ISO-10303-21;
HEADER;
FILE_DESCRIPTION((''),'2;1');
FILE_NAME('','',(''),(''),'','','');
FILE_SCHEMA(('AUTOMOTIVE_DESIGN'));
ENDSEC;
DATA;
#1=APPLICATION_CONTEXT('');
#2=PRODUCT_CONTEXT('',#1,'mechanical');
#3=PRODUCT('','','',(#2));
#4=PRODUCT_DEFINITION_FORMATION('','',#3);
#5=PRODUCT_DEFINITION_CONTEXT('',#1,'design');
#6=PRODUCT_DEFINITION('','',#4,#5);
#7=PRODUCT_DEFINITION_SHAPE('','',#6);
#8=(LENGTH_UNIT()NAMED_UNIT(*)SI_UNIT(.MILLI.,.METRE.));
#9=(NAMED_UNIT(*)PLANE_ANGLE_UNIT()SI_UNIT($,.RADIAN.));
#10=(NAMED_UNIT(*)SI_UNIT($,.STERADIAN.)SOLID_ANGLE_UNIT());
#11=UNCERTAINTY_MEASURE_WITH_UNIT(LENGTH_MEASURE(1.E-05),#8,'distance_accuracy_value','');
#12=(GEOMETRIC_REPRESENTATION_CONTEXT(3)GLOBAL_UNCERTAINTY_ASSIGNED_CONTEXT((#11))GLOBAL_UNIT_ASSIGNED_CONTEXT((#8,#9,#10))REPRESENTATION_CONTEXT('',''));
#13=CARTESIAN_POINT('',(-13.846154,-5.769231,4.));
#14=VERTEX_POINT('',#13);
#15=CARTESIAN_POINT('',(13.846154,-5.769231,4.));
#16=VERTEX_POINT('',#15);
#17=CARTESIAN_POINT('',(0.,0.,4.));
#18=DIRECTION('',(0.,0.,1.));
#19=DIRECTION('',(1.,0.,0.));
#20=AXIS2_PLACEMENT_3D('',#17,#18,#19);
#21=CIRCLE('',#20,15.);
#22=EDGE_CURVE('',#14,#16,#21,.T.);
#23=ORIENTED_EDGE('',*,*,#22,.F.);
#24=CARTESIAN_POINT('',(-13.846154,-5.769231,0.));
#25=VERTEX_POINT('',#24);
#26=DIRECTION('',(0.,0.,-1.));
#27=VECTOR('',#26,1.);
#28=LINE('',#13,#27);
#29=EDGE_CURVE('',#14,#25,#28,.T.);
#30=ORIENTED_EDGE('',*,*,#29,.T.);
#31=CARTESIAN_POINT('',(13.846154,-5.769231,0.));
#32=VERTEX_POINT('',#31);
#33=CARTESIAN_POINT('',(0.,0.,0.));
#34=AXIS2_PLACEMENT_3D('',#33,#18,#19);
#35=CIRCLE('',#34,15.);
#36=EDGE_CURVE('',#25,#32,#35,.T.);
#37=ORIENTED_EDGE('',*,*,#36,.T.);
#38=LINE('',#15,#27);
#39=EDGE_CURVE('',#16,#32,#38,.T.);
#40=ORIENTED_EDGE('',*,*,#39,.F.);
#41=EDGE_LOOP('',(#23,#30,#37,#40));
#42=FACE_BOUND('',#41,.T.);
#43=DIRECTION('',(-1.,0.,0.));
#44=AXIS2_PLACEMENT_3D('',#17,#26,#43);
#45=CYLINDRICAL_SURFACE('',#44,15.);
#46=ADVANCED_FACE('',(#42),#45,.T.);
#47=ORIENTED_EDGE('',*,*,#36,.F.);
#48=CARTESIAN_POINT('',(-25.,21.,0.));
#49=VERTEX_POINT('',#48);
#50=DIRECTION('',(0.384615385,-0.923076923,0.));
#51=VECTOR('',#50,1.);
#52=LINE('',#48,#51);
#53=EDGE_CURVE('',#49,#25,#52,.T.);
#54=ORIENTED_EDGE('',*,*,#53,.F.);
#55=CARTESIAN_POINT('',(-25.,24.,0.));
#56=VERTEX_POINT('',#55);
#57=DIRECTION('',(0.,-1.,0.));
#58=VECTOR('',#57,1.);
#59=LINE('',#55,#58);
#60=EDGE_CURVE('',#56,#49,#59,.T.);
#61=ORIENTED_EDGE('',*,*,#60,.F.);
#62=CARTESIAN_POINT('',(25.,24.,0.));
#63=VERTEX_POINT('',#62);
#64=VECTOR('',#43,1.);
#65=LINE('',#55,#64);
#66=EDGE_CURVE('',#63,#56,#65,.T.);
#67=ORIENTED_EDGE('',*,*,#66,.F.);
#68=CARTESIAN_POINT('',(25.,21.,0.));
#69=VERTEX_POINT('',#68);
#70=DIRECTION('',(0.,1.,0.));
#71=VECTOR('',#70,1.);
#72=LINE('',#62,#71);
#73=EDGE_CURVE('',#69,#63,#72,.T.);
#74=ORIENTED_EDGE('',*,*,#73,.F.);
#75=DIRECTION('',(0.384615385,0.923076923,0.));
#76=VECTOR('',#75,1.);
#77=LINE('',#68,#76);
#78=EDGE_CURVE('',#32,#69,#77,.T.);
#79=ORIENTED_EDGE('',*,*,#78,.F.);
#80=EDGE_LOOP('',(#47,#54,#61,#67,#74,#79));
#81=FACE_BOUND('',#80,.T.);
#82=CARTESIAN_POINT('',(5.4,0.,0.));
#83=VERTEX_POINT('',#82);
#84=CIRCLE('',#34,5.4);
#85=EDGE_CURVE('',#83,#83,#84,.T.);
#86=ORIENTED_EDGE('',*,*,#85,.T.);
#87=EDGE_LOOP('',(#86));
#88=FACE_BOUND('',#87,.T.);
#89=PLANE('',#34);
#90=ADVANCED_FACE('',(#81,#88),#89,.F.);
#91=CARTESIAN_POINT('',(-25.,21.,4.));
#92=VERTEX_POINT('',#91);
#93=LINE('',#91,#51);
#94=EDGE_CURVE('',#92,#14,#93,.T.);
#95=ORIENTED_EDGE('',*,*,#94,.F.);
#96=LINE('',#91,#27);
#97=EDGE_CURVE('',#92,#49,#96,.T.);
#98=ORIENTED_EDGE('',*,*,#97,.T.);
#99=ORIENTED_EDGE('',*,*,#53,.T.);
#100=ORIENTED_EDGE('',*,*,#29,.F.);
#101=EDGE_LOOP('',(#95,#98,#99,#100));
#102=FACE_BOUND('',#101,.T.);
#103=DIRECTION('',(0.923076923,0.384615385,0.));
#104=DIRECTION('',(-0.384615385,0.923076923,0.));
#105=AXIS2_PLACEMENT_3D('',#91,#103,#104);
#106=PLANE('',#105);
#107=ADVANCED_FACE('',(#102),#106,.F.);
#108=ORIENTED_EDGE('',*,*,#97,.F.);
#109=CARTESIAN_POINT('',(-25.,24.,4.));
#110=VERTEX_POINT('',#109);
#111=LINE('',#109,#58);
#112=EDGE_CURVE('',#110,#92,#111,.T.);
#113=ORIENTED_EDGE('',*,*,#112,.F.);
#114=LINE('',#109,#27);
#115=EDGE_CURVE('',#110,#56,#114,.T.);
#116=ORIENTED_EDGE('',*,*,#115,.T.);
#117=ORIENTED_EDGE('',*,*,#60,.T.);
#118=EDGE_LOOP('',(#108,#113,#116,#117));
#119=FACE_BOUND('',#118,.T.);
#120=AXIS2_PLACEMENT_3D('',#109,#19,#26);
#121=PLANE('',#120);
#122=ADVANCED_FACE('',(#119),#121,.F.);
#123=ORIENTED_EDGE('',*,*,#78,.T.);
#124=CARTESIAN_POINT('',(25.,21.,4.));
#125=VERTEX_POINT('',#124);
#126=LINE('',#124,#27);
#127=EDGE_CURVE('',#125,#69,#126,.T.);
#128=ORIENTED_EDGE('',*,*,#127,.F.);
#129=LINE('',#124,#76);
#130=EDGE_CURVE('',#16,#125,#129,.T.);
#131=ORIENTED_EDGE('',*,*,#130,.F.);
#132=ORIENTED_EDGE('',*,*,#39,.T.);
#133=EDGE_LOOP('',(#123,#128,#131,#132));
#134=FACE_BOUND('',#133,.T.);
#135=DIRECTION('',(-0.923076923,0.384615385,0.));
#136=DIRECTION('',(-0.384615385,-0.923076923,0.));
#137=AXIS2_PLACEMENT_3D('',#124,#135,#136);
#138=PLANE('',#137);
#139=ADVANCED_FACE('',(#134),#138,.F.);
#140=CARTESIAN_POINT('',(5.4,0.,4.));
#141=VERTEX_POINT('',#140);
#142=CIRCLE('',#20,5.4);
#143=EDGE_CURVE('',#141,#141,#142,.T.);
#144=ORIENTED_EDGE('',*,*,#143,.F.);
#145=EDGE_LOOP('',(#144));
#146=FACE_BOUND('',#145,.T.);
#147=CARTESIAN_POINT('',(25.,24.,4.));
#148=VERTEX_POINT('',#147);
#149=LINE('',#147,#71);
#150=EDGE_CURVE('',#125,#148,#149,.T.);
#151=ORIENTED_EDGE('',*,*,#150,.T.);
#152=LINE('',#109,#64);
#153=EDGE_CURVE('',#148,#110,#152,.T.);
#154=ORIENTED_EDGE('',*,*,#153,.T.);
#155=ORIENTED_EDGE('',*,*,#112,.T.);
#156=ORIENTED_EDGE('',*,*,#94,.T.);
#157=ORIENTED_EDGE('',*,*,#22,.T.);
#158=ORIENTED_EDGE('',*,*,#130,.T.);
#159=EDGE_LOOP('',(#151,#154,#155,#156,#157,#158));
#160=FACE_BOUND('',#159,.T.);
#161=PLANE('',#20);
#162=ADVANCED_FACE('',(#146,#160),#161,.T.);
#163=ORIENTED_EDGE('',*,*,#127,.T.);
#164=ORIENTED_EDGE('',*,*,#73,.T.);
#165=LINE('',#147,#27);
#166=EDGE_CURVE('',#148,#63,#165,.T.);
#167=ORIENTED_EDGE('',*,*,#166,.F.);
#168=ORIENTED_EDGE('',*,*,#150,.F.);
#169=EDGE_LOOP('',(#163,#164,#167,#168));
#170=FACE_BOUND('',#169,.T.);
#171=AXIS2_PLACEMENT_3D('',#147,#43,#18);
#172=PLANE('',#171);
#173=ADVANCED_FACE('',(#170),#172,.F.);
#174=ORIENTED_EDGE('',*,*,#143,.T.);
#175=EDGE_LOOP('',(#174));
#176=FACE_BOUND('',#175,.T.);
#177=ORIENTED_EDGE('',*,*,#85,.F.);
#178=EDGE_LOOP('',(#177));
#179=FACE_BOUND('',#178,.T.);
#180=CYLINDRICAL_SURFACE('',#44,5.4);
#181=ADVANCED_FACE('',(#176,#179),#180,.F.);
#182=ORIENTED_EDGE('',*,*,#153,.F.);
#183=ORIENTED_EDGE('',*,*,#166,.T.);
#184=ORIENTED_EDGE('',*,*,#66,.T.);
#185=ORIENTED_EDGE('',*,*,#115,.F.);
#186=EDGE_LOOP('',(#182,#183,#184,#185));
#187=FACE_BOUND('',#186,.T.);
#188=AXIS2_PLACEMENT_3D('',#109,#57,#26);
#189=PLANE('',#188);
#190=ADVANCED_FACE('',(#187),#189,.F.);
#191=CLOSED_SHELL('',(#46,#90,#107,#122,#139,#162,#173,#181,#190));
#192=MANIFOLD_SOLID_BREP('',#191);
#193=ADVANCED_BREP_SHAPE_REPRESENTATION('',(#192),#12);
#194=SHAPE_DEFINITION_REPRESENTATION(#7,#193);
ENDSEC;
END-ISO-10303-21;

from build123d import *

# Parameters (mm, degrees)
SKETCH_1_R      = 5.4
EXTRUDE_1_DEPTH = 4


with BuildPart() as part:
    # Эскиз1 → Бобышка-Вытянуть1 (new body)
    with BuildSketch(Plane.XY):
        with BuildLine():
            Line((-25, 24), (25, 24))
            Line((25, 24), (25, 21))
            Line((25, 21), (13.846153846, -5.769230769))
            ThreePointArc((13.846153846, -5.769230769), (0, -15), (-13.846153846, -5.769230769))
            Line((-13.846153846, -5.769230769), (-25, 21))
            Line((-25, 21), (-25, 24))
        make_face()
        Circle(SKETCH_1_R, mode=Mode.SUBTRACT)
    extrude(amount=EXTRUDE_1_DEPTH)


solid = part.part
★ ★ ★ ★ ★ ★ ★
Which lines above run from the one containing "#98=ORIENTED_EDGE('',*,*,#97,.T.);" down to the one containing "#106=PLANE('',#105);"? Repeat exactly those, both ends included, and nothing else.

• _Response_
#98=ORIENTED_EDGE('',*,*,#97,.T.);
#99=ORIENTED_EDGE('',*,*,#53,.T.);
#100=ORIENTED_EDGE('',*,*,#29,.F.);
#101=EDGE_LOOP('',(#95,#98,#99,#100));
#102=FACE_BOUND('',#101,.T.);
#103=DIRECTION('',(0.923076923,0.384615385,0.));
#104=DIRECTION('',(-0.384615385,0.923076923,0.));
#105=AXIS2_PLACEMENT_3D('',#91,#103,#104);
#106=PLANE('',#105);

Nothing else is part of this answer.